Thanks, Tate, for the trip down memory lane. Sometimes family can get on your nerves, but what would we ever do without them? I still miss my mom so much, but we have great memories of her (and Dad, too).
Tate, you were a cute baby.
Thanks Laura. I agree.
I love this very personal story. My favorite all time gift is a dollhouse my dad made from a Better Homes & Gardens plan. I played with it long after most kids had moved on!
Thanks Laura. I have this idea for a line of extremely stylish doll houses for design-o-philes. What do you think folks?
Hey, Tate………
I really enjoyed this article and as usual, you have a special way with words!
As you know, Mom was ‘one of a kind’ and I miss her all the time.

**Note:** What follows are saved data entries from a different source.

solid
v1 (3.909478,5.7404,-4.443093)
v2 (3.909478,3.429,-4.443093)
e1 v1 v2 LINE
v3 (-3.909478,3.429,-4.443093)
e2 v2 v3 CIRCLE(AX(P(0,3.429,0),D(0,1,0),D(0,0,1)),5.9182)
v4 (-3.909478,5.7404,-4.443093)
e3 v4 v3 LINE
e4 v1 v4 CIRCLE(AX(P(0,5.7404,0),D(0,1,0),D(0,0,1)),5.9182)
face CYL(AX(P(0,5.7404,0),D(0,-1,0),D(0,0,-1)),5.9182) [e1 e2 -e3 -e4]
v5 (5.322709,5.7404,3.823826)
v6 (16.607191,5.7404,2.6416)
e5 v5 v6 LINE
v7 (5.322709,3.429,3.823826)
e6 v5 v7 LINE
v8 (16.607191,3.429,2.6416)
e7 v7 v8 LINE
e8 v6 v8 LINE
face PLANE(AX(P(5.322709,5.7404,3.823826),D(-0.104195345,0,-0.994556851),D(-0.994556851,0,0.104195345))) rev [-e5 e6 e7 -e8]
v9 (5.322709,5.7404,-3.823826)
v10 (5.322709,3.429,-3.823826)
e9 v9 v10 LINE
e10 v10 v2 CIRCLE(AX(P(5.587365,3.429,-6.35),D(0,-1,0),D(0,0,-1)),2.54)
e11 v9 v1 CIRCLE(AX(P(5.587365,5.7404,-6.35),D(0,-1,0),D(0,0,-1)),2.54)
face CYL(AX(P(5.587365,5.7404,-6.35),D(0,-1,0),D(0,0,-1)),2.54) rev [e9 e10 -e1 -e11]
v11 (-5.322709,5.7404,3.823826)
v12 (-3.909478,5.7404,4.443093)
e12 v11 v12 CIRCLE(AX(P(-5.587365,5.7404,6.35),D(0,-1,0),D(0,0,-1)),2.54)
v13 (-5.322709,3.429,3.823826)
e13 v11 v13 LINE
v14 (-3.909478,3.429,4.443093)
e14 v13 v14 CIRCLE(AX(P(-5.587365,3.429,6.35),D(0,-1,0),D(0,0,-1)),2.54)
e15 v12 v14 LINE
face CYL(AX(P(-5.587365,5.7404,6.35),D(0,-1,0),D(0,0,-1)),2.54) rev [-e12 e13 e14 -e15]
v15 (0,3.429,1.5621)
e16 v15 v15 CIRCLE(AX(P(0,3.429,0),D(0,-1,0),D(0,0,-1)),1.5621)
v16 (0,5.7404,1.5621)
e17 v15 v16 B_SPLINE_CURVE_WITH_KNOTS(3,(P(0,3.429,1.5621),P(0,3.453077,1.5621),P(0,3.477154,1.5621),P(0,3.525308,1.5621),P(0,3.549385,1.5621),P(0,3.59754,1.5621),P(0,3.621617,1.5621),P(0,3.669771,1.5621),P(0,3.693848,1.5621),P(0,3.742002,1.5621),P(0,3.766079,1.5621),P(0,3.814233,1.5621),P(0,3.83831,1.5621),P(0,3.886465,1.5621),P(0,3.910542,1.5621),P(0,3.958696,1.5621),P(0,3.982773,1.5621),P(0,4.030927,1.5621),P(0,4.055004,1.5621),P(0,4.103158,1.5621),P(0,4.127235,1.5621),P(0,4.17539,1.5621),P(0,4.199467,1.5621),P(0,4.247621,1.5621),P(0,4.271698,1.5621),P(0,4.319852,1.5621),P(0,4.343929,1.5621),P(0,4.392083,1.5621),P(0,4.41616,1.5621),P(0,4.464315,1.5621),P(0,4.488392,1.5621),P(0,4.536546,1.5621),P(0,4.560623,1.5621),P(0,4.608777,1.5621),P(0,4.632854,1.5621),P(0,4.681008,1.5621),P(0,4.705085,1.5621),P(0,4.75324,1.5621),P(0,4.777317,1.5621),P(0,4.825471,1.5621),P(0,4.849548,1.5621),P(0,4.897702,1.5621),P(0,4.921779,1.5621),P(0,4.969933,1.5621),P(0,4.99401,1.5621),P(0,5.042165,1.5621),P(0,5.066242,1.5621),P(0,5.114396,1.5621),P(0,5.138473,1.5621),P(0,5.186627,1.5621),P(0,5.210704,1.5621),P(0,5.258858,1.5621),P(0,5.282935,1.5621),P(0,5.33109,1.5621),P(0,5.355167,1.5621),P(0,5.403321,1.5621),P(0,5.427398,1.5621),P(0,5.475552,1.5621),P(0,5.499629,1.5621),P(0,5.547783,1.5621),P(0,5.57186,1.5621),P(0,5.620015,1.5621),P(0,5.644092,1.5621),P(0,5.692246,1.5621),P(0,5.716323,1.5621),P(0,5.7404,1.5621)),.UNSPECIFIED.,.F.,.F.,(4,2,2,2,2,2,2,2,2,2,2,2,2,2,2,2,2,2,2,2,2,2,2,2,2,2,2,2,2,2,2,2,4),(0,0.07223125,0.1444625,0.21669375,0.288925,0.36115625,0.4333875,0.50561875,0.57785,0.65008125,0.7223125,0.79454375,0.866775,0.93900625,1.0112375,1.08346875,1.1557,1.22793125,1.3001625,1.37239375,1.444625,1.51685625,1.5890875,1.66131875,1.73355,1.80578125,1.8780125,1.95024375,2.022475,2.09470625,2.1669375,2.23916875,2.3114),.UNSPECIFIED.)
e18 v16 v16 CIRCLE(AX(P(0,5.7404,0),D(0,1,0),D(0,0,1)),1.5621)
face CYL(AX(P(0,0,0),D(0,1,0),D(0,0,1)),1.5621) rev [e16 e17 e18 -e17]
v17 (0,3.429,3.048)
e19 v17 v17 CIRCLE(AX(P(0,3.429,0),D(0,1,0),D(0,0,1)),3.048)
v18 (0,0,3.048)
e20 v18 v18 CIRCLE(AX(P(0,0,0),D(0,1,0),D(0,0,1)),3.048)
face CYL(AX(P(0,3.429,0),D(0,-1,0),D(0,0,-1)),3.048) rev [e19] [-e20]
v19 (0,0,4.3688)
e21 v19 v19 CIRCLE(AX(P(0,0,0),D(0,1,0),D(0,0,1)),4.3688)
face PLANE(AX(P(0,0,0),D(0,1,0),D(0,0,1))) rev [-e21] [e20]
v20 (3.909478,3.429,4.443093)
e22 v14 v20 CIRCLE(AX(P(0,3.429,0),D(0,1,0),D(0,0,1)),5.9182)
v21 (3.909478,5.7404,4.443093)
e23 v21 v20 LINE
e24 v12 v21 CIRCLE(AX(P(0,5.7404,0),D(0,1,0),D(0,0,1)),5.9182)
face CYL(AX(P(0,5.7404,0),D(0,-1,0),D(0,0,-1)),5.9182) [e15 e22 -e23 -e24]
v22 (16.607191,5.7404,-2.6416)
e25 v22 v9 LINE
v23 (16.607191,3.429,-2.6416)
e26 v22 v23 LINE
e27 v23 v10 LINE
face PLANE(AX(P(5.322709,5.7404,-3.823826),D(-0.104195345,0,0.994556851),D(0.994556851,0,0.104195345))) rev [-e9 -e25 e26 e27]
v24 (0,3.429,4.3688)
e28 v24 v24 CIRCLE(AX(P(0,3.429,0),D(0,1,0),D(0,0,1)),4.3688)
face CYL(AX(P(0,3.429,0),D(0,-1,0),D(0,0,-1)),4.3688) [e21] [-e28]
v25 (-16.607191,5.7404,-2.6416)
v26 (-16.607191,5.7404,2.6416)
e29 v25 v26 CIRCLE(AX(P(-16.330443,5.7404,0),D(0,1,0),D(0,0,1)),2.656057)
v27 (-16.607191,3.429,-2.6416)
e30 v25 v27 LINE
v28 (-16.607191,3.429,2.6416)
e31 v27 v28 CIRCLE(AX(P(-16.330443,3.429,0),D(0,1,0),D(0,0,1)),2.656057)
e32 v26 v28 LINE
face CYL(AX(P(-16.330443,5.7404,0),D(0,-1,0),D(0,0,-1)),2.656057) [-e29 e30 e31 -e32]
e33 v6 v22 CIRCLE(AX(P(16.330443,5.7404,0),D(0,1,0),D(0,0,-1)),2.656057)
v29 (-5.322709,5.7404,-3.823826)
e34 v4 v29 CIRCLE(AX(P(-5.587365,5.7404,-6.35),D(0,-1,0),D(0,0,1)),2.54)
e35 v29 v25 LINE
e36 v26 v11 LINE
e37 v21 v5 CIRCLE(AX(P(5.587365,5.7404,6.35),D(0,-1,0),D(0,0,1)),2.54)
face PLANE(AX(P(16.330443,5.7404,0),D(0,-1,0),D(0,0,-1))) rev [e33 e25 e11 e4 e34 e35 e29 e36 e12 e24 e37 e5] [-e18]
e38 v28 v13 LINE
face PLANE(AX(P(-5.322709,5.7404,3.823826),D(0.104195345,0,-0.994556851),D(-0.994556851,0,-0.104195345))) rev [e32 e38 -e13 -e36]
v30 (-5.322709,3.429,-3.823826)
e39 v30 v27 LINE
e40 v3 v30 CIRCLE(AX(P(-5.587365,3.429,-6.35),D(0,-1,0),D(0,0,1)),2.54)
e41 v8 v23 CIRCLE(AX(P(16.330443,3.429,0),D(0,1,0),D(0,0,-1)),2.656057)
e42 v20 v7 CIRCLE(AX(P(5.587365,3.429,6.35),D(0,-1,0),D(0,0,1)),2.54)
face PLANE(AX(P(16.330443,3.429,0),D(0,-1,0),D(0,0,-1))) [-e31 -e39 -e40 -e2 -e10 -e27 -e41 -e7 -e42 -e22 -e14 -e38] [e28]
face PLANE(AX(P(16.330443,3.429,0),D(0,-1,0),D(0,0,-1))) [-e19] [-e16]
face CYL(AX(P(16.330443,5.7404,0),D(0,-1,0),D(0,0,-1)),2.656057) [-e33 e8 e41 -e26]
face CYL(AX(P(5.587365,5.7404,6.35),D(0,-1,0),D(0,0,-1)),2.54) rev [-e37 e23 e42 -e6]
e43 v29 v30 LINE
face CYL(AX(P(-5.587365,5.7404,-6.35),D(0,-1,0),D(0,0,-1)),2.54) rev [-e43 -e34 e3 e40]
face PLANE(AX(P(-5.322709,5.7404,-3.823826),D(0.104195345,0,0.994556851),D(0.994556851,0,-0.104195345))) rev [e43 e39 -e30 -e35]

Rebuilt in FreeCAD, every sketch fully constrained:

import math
import FreeCAD as App
import Part
import Sketcher
Q = App.Units.Quantity

doc = App.newDocument("Part")
body = doc.addObject("PartDesign::Body", "Body")

# Sketch on XZ plane
sketch1 = doc.addObject("Sketcher::SketchObject", "Sketch")
body.addObject(sketch1)
sketch1.AttachmentSupport = (doc.XZ_Plane, [""])
sketch1.MapMode = "FlatFace"
sketch1.addGeometry([
    Part.Circle(App.Vector(0, 0, 0), App.Vector(0, 0, 1), 4.3688),
    Part.Circle(App.Vector(0, 0, 0), App.Vector(0, 0, 1), 3.048),
], False)
sketch1.addConstraint([
    Sketcher.Constraint("Coincident", 0, 3, -1, 1),
    Sketcher.Constraint("Coincident", 1, 3, -1, 1),
    Sketcher.Constraint("Diameter", 1, Q("0.24 in")),
    Sketcher.Constraint("Diameter", 0, Q("0.344 in")),
])
pad1 = doc.addObject("PartDesign::Pad", "Pad")
body.addObject(pad1)
pad1.Profile = sketch1
pad1.Length = Q("0.135 in")
pad1.Reversed = True

# Sketch on XZ plane
sketch2 = doc.addObject("Sketcher::SketchObject", "Sketch001")
body.addObject(sketch2)
sketch2.AttachmentSupport = (doc.XZ_Plane, [""])
sketch2.MapMode = "FlatFace"
sketch2.AttachmentOffset = App.Placement(App.Vector(0, 0, -0.135 * 25.4), App.Rotation())
sketch2.addGeometry([
    Part.LineSegment(App.Vector(16.607191, -2.6416, 0), App.Vector(5.322709, -3.823826, 0)),  # 0
    Part.ArcOfCircle(Part.Circle(App.Vector(5.587365, -6.35, 0), App.Vector(0, 0, 1), 2.54), math.radians(95.980809), math.radians(131.344548)),  # 1
    Part.ArcOfCircle(Part.Circle(App.Vector(0, 0, 0), App.Vector(0, 0, 1), 5.9182), math.radians(-131.344548), math.radians(-48.655452)),  # 2
    Part.ArcOfCircle(Part.Circle(App.Vector(-5.587365, -6.35, 0), App.Vector(0, 0, 1), 2.54), math.radians(48.655452), math.radians(84.019191)),  # 3
    Part.LineSegment(App.Vector(-5.322709, -3.823826, 0), App.Vector(-16.607191, -2.6416, 0)),  # 4
    Part.ArcOfCircle(Part.Circle(App.Vector(-16.330443, 0, 0), App.Vector(0, 0, 1), 2.656057), math.radians(95.980809), math.radians(264.019191)),  # 5
    Part.LineSegment(App.Vector(-16.607191, 2.6416, 0), App.Vector(-5.322709, 3.823826, 0)),  # 6
    Part.ArcOfCircle(Part.Circle(App.Vector(-5.587365, 6.35, 0), App.Vector(0, 0, 1), 2.54), math.radians(-84.019191), math.radians(-48.655452)),  # 7
    Part.ArcOfCircle(Part.Circle(App.Vector(0, 0, 0), App.Vector(0, 0, 1), 5.9182), math.radians(48.655452), math.radians(131.344548)),  # 8
    Part.ArcOfCircle(Part.Circle(App.Vector(5.587365, 6.35, 0), App.Vector(0, 0, 1), 2.54), math.radians(-131.344548), math.radians(-95.980809)),  # 9
    Part.LineSegment(App.Vector(5.322709, 3.823826, 0), App.Vector(16.607191, 2.6416, 0)),  # 10
    Part.ArcOfCircle(Part.Circle(App.Vector(16.330443, 0, 0), App.Vector(0, 0, 1), 2.656057), math.radians(-84.019191), math.radians(84.019191)),  # 11
], False)
sketch2.addConstraint([
    Sketcher.Constraint("Tangent", 0, 2, 1, 1),
    Sketcher.Constraint("Tangent", 1, 2, 2, 2),
    Sketcher.Constraint("Tangent", 2, 1, 3, 1),
    Sketcher.Constraint("Tangent", 3, 2, 4, 1),
    Sketcher.Constraint("Tangent", 4, 2, 5, 2),
    Sketcher.Constraint("Tangent", 5, 1, 6, 1),
    Sketcher.Constraint("Tangent", 6, 2, 7, 1),
    Sketcher.Constraint("Tangent", 7, 2, 8, 2),
    Sketcher.Constraint("Tangent", 8, 1, 9, 1),
    Sketcher.Constraint("Tangent", 9, 2, 10, 1),
    Sketcher.Constraint("Tangent", 10, 2, 11, 2),
    Sketcher.Constraint("Tangent", 11, 1, 0, 1),
    Sketcher.Constraint("Coincident", 2, 3, -1, 1),
    Sketcher.Constraint("Coincident", 8, 3, -1, 1),
    Sketcher.Constraint("Equal", 1, 3),
    Sketcher.Constraint("Equal", 3, 7),
    Sketcher.Constraint("Equal", 2, 8),
    Sketcher.Constraint("Equal", 7, 9),
    Sketcher.Constraint("Equal", 5, 11),
    Sketcher.Constraint("Symmetric", 5, 3, 11, 3, -1, 1),
    Sketcher.Constraint("Symmetric", 0, 2, 3, 2, -2),
    Sketcher.Constraint("Parallel", 0, 6),
    Sketcher.Constraint("Parallel", 4, 10),
    Sketcher.Constraint("Radius", 1, Q("0.1 in")),
    Sketcher.Constraint("Radius", 2, Q("0.233 in")),
    Sketcher.Constraint("DistanceY", 3, 3, 7, 3, Q("0.5 in")),
    Sketcher.Constraint("DistanceY", 4, 2, -1, 1, Q("0.104 in")),
    Sketcher.Constraint("Distance", 0, 11.346242),
])
pad2 = doc.addObject("PartDesign::Pad", "Pad001")
body.addObject(pad2)
pad2.Profile = sketch2
pad2.Length = Q("0.091 in")
pad2.Reversed = True

# Sketch on XZ plane
sketch3 = doc.addObject("Sketcher::SketchObject", "Sketch002")
body.addObject(sketch3)
sketch3.AttachmentSupport = (doc.XZ_Plane, [""])
sketch3.MapMode = "FlatFace"
sketch3.AttachmentOffset = App.Placement(App.Vector(0, 0, -0.226 * 25.4), App.Rotation())
sketch3.addGeometry(Part.Circle(App.Vector(0, 0, 0), App.Vector(0, 0, 1), 1.5621), False)
sketch3.addConstraint([
    Sketcher.Constraint("Coincident", 0, 3, -1, 1),
    Sketcher.Constraint("Diameter", 0, Q("0.123 in")),
])
pocket1 = doc.addObject("PartDesign::Pocket", "Pocket")
body.addObject(pocket1)
pocket1.Profile = sketch3
pocket1.Type = "ThroughAll"
pocket1.Reversed = True

doc.recompute()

I’d love to see the rest of your photos if you want to e-mail them to me.
Love Ya!!………….and Thanks
Hi, Tate, thanks for the tour of Linda’s house. That diner-style kitchen looks great, and yes, you were a total charmer as a baby. Is that you with your mom in th photo above the pencil? That fellow is a handsome rascal…
I’d LOVE a Frank Lloyd Wright or Frank Gehry doll house to go with my Spanish hacienda… Post up some design options for us, please.
All the best for the New Year!
Yep. I friggin love the white dolls head. A few years ago I am amassed a collection of old papier mache doll pieces (heads, arms, feet, hands) and mounted them on black metal museum mounts under large cloche jars. It was stunning but I started to have nightmares of Chuckie coming to get me and sold the whole mess on craigs list to some creepy little fellow. Your white bisque captures it all perfectly without the risk of night terrors.